● ASSIGNMENT
Lines below starting with the line with "face PLANE(AX(P(0,10,16),D(0,0,-1),D(-1,0,0))) rev" and going on through the line with "face PLANE(AX(P(24.3,7.5,0),D(1,0,0),D(0,0,-1))) [-e78" must be output exactly; the rest of the records must be left out.

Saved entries
+---+
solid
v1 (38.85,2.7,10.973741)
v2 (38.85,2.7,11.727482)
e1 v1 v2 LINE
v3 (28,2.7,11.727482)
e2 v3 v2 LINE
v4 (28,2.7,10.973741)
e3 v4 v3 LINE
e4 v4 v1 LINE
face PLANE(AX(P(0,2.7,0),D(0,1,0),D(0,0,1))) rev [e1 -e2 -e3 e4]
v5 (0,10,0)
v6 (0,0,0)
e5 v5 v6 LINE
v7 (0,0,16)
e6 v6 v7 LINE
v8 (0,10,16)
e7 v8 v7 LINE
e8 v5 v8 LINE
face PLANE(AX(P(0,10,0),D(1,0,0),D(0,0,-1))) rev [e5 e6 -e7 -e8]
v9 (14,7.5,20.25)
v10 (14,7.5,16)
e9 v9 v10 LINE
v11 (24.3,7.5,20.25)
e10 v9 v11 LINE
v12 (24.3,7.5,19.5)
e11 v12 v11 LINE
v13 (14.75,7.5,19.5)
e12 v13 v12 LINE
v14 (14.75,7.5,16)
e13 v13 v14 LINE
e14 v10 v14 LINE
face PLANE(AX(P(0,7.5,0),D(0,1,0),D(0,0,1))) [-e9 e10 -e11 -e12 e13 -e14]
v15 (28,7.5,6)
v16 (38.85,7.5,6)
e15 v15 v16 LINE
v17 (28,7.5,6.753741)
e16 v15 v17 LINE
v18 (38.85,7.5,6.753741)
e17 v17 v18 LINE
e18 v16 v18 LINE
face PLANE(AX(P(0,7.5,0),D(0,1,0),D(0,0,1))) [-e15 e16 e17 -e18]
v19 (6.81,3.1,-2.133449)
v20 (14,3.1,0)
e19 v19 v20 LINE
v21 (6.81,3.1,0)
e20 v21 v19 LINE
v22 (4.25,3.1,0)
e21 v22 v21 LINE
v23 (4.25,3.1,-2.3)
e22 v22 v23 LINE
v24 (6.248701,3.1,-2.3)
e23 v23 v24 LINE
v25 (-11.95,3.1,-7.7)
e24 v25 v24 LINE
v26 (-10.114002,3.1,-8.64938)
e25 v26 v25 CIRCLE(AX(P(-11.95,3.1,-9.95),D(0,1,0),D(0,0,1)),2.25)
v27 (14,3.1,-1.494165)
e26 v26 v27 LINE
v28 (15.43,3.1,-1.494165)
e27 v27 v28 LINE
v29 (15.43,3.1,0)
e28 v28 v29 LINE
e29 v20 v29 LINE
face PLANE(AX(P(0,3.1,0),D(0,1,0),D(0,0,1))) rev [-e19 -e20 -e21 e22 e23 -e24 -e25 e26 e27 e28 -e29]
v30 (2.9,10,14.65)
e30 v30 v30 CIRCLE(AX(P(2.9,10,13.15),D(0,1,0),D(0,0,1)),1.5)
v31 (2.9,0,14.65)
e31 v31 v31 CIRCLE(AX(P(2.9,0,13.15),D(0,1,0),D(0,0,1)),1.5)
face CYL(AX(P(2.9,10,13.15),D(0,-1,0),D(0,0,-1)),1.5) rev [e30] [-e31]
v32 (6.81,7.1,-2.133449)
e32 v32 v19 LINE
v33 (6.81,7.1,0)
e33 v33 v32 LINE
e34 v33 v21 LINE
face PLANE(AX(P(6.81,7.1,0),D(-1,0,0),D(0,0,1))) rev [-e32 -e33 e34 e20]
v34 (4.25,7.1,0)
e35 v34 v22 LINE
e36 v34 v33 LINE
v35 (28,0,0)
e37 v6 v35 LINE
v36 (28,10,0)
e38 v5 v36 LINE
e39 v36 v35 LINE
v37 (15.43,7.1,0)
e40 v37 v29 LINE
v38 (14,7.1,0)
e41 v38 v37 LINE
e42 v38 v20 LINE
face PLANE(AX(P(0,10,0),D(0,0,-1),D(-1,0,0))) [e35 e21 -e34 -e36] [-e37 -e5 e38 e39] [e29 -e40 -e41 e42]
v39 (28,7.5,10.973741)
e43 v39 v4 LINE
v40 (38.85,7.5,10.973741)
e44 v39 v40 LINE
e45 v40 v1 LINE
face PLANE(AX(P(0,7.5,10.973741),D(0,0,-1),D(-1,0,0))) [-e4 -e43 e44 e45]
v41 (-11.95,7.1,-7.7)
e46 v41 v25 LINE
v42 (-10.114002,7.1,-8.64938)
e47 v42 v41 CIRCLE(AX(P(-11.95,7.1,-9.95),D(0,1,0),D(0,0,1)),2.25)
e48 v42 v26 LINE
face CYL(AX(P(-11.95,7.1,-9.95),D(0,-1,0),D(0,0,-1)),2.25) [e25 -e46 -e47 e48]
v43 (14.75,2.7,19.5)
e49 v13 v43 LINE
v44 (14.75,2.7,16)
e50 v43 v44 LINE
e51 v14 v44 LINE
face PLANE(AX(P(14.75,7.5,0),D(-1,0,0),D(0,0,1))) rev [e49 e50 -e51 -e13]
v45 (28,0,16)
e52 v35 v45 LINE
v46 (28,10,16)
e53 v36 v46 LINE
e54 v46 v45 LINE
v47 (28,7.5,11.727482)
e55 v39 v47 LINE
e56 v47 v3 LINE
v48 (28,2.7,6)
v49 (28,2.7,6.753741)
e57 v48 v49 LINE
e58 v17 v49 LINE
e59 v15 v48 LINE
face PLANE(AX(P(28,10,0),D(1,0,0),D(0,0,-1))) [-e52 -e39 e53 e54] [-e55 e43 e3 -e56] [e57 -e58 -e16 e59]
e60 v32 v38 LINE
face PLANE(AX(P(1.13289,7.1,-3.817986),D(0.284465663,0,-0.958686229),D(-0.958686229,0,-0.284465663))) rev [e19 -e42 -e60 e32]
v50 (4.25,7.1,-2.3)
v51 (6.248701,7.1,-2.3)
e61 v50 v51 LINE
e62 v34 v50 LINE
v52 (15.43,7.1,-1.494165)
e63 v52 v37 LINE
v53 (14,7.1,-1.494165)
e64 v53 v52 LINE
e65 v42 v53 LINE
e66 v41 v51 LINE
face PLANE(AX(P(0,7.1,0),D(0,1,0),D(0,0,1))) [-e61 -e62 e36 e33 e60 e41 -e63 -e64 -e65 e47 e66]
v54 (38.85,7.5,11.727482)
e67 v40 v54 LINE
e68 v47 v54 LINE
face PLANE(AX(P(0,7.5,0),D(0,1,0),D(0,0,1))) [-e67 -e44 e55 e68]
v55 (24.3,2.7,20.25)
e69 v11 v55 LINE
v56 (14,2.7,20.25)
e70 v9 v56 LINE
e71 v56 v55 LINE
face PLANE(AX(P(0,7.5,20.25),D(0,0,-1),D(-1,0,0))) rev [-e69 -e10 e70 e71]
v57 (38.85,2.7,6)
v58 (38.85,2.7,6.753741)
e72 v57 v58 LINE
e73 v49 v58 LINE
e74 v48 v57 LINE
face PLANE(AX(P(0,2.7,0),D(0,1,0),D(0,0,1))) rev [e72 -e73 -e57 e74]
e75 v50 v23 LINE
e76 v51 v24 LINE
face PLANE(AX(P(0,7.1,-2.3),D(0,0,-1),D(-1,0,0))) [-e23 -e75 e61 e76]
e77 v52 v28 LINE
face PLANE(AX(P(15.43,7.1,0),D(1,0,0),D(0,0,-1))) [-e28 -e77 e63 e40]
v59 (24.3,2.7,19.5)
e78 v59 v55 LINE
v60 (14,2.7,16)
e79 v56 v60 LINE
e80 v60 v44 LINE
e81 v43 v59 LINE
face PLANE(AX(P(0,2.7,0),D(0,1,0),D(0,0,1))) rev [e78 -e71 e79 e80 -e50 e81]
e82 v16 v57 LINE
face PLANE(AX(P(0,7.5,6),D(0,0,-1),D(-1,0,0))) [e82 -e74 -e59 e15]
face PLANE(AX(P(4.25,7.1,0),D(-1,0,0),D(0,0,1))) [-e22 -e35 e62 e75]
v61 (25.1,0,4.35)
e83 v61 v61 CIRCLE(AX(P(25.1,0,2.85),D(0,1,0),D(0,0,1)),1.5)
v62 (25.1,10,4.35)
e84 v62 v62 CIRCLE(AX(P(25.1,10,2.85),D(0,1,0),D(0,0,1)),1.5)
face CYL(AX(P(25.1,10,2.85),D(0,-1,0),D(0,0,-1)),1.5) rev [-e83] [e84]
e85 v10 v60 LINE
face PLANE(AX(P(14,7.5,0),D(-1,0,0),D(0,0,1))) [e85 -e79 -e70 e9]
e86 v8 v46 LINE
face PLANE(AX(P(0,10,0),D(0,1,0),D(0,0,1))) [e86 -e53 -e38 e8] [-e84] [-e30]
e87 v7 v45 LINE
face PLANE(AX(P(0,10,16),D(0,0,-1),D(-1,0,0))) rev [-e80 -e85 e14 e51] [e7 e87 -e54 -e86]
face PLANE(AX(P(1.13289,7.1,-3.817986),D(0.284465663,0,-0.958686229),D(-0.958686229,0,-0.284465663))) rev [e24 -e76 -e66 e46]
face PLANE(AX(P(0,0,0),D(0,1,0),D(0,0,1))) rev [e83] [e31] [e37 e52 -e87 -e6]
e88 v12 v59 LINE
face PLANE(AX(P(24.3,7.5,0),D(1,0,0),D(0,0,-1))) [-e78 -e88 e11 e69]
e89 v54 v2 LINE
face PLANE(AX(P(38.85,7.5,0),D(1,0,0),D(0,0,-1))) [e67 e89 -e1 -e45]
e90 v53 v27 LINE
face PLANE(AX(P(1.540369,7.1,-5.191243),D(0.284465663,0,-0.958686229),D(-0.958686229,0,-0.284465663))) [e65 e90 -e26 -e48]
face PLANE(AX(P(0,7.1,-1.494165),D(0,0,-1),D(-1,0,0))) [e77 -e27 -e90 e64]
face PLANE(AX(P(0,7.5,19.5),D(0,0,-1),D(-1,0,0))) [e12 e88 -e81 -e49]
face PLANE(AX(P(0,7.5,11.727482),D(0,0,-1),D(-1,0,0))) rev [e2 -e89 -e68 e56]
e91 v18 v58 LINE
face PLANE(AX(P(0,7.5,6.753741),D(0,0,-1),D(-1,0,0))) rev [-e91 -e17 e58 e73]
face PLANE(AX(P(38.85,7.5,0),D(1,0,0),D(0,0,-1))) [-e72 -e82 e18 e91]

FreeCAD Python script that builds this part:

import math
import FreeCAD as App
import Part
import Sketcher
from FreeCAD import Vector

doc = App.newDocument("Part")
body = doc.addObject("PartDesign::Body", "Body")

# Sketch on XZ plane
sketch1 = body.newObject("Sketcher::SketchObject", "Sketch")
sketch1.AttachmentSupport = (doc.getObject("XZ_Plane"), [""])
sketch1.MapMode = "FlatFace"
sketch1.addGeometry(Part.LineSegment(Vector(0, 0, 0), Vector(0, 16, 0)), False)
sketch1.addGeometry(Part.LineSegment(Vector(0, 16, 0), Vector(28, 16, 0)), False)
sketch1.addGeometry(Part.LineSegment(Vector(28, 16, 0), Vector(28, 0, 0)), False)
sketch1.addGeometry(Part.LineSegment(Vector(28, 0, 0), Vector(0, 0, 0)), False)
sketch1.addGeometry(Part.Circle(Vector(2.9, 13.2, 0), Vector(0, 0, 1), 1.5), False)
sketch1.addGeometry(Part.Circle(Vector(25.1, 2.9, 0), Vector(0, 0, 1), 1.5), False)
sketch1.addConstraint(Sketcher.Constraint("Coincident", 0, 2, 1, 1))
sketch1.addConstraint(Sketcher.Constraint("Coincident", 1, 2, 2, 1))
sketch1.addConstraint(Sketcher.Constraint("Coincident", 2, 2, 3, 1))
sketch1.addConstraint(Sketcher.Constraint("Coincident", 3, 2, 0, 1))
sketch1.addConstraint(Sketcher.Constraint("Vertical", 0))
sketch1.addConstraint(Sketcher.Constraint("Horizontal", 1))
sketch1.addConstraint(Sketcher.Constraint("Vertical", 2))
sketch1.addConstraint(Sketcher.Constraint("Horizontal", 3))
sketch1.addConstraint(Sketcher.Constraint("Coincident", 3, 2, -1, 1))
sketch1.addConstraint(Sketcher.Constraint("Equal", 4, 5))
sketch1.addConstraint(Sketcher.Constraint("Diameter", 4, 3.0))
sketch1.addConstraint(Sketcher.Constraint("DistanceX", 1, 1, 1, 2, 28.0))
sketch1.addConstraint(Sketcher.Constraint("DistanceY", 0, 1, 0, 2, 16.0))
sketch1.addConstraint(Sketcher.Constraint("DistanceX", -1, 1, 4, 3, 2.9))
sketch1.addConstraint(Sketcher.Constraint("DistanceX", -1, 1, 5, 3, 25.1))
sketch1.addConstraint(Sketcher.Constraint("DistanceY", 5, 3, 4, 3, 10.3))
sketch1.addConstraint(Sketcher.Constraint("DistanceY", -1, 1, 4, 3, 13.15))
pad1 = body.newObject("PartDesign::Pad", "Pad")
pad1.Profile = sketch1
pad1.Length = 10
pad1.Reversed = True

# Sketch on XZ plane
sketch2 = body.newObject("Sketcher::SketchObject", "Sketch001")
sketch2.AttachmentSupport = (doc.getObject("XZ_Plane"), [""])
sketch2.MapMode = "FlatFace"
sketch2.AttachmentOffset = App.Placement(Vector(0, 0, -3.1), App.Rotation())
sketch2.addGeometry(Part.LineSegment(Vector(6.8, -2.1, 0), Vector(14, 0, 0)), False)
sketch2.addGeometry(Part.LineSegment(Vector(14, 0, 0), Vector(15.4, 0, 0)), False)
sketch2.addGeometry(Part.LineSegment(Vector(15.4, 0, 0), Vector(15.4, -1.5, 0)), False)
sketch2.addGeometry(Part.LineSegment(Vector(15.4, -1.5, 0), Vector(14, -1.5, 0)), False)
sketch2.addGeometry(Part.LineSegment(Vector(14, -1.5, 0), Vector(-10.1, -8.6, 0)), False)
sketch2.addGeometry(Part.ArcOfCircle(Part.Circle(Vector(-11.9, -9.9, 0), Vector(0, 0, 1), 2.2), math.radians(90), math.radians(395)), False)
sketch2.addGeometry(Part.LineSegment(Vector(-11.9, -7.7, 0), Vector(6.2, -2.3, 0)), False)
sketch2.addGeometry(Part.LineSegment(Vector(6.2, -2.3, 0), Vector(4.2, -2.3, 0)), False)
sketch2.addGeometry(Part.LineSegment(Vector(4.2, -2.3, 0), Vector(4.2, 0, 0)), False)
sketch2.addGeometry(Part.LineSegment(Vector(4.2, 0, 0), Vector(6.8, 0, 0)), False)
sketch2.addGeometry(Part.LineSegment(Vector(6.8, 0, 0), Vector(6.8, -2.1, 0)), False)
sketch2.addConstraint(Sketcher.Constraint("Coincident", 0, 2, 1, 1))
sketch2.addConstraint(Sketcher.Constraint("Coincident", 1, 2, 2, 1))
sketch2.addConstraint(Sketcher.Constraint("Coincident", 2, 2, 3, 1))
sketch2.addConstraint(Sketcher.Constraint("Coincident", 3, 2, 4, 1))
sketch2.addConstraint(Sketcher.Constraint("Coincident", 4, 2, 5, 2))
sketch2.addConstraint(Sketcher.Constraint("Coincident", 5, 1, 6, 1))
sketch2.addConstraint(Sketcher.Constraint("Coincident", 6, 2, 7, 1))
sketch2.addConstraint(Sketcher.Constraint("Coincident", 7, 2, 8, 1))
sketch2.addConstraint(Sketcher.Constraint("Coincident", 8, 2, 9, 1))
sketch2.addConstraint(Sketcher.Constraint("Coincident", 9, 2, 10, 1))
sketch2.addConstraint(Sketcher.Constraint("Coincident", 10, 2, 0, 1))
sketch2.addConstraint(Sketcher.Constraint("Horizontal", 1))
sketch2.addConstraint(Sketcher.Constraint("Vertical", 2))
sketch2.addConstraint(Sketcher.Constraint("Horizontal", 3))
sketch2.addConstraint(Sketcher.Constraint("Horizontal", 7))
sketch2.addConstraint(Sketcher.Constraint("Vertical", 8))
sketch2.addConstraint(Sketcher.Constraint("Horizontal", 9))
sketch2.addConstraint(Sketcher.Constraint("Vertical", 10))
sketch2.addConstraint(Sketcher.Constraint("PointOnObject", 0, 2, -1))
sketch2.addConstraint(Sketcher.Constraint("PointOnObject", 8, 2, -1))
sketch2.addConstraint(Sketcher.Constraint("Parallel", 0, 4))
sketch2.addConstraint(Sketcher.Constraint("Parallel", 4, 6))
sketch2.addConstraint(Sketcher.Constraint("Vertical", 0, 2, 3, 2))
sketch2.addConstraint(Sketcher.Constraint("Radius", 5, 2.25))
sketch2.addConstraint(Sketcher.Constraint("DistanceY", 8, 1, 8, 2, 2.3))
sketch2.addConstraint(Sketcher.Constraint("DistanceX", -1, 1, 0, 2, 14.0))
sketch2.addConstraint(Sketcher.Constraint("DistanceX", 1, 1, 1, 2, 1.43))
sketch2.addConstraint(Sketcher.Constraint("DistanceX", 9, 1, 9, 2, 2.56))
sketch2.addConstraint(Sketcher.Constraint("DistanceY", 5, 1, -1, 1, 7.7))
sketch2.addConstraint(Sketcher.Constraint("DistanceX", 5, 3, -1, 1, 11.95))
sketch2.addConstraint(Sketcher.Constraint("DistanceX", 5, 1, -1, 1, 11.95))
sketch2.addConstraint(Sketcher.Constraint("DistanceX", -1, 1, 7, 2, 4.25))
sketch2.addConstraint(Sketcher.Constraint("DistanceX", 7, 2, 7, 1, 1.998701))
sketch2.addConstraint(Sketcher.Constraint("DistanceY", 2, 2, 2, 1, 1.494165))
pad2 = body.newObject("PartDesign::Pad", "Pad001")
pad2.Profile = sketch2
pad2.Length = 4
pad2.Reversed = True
+---+
● YOUR SOLUTION
face PLANE(AX(P(0,10,16),D(0,0,-1),D(-1,0,0))) rev [-e80 -e85 e14 e51] [e7 e87 -e54 -e86]
face PLANE(AX(P(1.13289,7.1,-3.817986),D(0.284465663,0,-0.958686229),D(-0.958686229,0,-0.284465663))) rev [e24 -e76 -e66 e46]
face PLANE(AX(P(0,0,0),D(0,1,0),D(0,0,1))) rev [e83] [e31] [e37 e52 -e87 -e6]
e88 v12 v59 LINE
face PLANE(AX(P(24.3,7.5,0),D(1,0,0),D(0,0,-1))) [-e78 -e88 e11 e69]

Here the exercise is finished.